Ken, that is one great looking 8N. The owner should be proud. 

I got to ask, Has the picture be doctored? Not the tractor area but over on the right up just a little for the bottom and up to passed the rear tire. Could be my ’puter or my old eyes?

:cpu:


----------



## psrumors (Apr 25, 2004)

John, your right, something is a miss there.


----------



## Ingersoll444 (Sep 17, 2003)

Looks like maybe there was another tractor in the picture that was taken out.


GREAT looking tractor though.

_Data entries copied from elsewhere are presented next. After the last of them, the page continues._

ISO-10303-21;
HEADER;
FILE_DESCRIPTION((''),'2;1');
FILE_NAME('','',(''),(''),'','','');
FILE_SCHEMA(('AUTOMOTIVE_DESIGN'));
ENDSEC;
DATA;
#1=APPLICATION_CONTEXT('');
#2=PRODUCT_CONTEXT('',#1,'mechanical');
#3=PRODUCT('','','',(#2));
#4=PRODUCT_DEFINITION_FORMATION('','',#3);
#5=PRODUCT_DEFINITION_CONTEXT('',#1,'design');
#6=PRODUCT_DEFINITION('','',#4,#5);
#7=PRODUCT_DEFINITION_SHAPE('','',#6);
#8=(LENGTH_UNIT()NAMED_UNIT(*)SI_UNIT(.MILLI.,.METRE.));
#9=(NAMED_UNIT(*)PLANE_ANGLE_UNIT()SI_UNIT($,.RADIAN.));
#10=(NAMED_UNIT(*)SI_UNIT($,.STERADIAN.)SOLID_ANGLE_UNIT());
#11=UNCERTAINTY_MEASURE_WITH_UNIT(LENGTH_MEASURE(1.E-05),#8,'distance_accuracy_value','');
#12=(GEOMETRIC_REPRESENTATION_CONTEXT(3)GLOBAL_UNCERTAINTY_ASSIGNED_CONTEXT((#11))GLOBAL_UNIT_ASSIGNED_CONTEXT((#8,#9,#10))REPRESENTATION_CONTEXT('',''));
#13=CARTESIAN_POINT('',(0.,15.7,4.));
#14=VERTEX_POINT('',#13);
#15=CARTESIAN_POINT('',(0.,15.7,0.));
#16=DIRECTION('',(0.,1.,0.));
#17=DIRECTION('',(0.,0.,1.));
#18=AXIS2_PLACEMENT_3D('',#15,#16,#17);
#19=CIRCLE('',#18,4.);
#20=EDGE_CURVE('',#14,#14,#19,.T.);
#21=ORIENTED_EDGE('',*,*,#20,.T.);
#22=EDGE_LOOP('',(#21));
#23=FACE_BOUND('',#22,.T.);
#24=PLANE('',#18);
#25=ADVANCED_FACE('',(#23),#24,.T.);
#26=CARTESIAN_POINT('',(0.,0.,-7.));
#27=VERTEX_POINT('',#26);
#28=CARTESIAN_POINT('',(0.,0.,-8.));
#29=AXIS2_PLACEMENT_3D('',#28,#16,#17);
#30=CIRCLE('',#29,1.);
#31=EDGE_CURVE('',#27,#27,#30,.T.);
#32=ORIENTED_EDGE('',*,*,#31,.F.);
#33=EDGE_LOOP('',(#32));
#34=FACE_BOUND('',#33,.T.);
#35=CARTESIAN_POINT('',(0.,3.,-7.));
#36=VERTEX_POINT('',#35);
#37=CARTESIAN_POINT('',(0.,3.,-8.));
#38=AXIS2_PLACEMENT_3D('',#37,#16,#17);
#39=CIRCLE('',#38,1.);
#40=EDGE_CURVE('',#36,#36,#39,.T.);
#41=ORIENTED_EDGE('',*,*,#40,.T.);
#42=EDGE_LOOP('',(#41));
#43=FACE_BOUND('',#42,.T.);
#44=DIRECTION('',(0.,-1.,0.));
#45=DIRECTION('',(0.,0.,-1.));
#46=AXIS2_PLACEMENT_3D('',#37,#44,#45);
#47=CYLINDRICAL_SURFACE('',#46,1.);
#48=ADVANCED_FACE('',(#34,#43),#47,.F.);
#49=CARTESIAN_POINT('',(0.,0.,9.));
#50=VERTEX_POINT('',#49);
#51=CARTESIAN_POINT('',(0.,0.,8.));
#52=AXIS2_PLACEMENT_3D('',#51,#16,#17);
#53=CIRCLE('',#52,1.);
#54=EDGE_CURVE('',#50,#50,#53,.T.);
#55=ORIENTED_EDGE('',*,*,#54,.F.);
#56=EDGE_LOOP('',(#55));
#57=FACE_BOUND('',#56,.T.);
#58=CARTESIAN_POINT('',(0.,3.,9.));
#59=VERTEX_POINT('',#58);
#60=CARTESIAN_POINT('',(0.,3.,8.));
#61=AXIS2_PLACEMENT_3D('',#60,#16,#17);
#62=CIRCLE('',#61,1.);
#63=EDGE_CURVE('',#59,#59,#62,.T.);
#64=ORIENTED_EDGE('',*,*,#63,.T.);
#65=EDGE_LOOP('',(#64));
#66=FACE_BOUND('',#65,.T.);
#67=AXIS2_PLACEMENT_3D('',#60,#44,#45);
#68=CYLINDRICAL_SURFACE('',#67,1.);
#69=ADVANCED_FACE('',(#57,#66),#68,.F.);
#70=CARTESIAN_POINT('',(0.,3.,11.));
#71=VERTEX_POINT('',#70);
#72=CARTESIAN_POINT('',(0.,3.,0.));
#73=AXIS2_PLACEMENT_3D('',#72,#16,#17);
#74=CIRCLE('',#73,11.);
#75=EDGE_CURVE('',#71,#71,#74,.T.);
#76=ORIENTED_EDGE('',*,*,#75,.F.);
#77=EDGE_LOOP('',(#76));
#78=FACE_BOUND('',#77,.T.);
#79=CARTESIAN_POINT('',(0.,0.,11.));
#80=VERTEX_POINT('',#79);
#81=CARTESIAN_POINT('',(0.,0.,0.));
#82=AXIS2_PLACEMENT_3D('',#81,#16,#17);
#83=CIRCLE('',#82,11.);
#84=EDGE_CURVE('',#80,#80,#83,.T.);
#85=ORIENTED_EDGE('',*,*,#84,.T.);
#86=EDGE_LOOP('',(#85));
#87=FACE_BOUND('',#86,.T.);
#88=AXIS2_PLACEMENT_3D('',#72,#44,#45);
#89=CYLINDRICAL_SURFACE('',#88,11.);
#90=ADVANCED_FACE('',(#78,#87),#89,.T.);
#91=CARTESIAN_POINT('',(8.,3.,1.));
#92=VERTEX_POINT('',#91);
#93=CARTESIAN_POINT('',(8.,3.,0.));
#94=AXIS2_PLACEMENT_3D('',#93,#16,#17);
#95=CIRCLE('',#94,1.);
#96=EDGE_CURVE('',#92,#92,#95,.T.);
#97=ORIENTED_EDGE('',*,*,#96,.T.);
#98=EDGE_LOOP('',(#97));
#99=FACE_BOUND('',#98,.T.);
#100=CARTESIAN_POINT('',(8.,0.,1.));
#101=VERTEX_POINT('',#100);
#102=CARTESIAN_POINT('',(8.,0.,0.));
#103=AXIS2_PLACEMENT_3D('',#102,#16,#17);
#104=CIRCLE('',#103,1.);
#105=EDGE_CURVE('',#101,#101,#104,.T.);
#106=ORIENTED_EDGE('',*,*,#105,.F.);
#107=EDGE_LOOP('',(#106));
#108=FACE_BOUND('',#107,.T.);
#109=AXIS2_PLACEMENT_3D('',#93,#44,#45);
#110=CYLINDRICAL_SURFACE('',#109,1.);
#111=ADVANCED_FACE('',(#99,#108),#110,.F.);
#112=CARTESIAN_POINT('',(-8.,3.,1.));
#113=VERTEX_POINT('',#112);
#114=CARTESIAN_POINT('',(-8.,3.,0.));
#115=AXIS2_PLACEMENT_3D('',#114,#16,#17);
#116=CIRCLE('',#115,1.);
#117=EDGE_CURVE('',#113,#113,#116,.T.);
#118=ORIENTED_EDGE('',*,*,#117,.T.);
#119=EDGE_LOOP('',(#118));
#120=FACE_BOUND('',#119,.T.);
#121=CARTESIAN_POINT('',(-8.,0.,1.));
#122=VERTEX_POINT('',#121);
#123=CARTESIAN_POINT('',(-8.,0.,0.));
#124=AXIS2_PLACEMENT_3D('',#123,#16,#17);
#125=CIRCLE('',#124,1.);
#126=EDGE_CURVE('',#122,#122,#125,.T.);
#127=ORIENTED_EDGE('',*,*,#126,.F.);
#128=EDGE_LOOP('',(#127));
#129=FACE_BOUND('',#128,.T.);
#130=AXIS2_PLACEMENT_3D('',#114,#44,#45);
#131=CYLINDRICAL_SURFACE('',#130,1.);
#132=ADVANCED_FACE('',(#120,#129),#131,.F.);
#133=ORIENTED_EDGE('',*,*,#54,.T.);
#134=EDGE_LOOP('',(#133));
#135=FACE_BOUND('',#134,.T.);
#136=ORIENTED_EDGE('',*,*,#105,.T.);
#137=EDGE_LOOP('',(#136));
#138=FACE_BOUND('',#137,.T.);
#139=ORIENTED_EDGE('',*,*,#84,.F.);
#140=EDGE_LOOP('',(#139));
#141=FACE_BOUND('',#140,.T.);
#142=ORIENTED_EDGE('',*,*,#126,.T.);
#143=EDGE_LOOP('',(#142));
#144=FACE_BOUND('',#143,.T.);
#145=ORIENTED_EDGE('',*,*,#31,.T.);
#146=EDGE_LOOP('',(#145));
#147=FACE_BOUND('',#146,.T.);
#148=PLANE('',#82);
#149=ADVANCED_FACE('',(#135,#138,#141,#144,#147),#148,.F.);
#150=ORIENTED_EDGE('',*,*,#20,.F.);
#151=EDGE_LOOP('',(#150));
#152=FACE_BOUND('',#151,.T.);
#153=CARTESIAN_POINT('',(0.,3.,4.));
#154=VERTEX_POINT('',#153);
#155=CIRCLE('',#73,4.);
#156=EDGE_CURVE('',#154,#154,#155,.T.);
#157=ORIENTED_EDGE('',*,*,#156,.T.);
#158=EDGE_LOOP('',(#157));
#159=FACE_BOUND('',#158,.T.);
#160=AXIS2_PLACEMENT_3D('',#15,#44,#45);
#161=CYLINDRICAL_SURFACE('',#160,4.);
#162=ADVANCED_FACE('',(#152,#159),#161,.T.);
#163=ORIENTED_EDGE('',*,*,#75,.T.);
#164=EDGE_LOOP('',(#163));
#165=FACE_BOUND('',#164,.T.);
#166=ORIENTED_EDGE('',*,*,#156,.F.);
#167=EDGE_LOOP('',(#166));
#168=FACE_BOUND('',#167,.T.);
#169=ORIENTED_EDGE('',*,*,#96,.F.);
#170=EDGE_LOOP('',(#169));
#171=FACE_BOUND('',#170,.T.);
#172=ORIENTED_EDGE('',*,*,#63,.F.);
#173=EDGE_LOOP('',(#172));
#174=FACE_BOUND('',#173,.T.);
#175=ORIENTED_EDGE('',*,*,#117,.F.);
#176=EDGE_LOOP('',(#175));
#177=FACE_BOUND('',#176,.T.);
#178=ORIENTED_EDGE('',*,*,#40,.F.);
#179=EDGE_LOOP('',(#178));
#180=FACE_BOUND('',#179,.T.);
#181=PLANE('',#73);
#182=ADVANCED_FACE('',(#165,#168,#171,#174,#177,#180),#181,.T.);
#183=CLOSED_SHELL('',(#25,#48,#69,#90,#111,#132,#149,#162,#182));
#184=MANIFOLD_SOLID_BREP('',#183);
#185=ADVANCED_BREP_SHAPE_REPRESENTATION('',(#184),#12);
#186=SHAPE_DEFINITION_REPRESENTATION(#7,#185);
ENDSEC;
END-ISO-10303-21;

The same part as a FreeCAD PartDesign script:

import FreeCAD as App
import Part
import Sketcher
from FreeCAD import Vector
Q = App.Units.Quantity

doc = App.newDocument("Part")
params = doc.addObject("Spreadsheet::Sheet", "Params")
for row, (alias, value) in enumerate([
    ("sketch1_diameter", "22 mm"),
    ("sketch1_diameter2", "2 mm"),
    ("pad1_length", "3 mm"),
    ("sketch2_diameter", "8 mm"),
    ("pad2_length", "12.7 mm"),
], start=1):
    params.set(f"A{row}", alias)
    params.set(f"B{row}", "=" + value)
    params.setAlias(f"B{row}", alias)

body = doc.addObject("PartDesign::Body", "Body")

sketch1 = body.newObject("Sketcher::SketchObject", "Sketch")
sketch1.AttachmentSupport = (doc.getObject("XZ_Plane"), [""])
sketch1.MapMode = "FlatFace"
sketch1.addGeometry([
    Part.Circle(Vector(0, 0, 0), Vector(0, 0, 1), 11),
    Part.Circle(Vector(0, -8, 0), Vector(0, 0, 1), 1),
    Part.Circle(Vector(-8, 0, 0), Vector(0, 0, 1), 1),
    Part.Circle(Vector(8, 0, 0), Vector(0, 0, 1), 1),
    Part.Circle(Vector(0, 8, 0), Vector(0, 0, 1), 1),
], False)
sketch1.addConstraint([
    Sketcher.Constraint("Coincident", 0, 3, -1, 1),
    Sketcher.Constraint("Equal", 1, 2),
    Sketcher.Constraint("Equal", 2, 3),
    Sketcher.Constraint("Equal", 3, 4),
    Sketcher.Constraint("Symmetric", 2, 3, 3, 3, -1, 1),
    Sketcher.Constraint("Symmetric", 1, 3, 4, 3, -1, 1),
    Sketcher.Constraint("PointOnObject", 1, 3, -2),
    Sketcher.Constraint("PointOnObject", 2, 3, -1),
    Sketcher.Constraint("Diameter", 0, Q("22 mm")),
    Sketcher.Constraint("Diameter", 1, Q("2 mm")),
    Sketcher.Constraint("DistanceY", 1, 3, -1, 1, Q("8 mm")),
    Sketcher.Constraint("DistanceX", 2, 3, -1, 1, Q("8 mm")),
])
sketch1.setExpression("Constraints[8]", "Params.sketch1_diameter")
sketch1.setExpression("Constraints[9]", "Params.sketch1_diameter2")
pad1 = body.newObject("PartDesign::Pad", "Pad")
pad1.Profile = sketch1
pad1.setExpression("Length", "Params.pad1_length")
pad1.Reversed = True

sketch2 = body.newObject("Sketcher::SketchObject", "Sketch001")
sketch2.AttachmentSupport = (doc.getObject("XZ_Plane"), [""])
sketch2.MapMode = "FlatFace"
sketch2.AttachmentOffset = App.Placement(Vector(0, 0, -3), App.Rotation())
sketch2.addGeometry(Part.Circle(Vector(0, 0, 0), Vector(0, 0, 1), 4), False)
sketch2.addConstraint([
    Sketcher.Constraint("Coincident", 0, 3, -1, 1),
    Sketcher.Constraint("Diameter", 0, Q("8 mm")),
])
sketch2.setExpression("Constraints[1]", "Params.sketch2_diameter")
pad2 = body.newObject("PartDesign::Pad", "Pad001")
pad2.Profile = sketch2
pad2.setExpression("Length", "Params.pad2_length")
pad2.Reversed = True

doc.recompute()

I realy am inpressed with the job some people can do. I know the best I could hope for is a nice worker out of mine. Realy not enough to work with


----------



## Ken N Tx (Sep 20, 2003)

> _Originally posted by John-in-Ga _
> *Ken, that is one great looking 8N. The owner should be proud.
> 
> I got to ask, Has the picture be doctored? Not the tractor area but over on the right up just a little for the bottom and up to passed the rear tire. Could be my ’puter or my old eyes?
> ...


Dragnet: "Some names have been changed to protect the innocent"


----------



## John-in-Ga (Sep 22, 2003)

Thanks Ken, Like Jack Web, we wanted "just the facts, Sir." 

Again great looking tractor.

:cpu:


----------



## gmmiller1 (Dec 15, 2004)

*Inferior Distributor Parts Quality*

whoops! Wrong place!


----------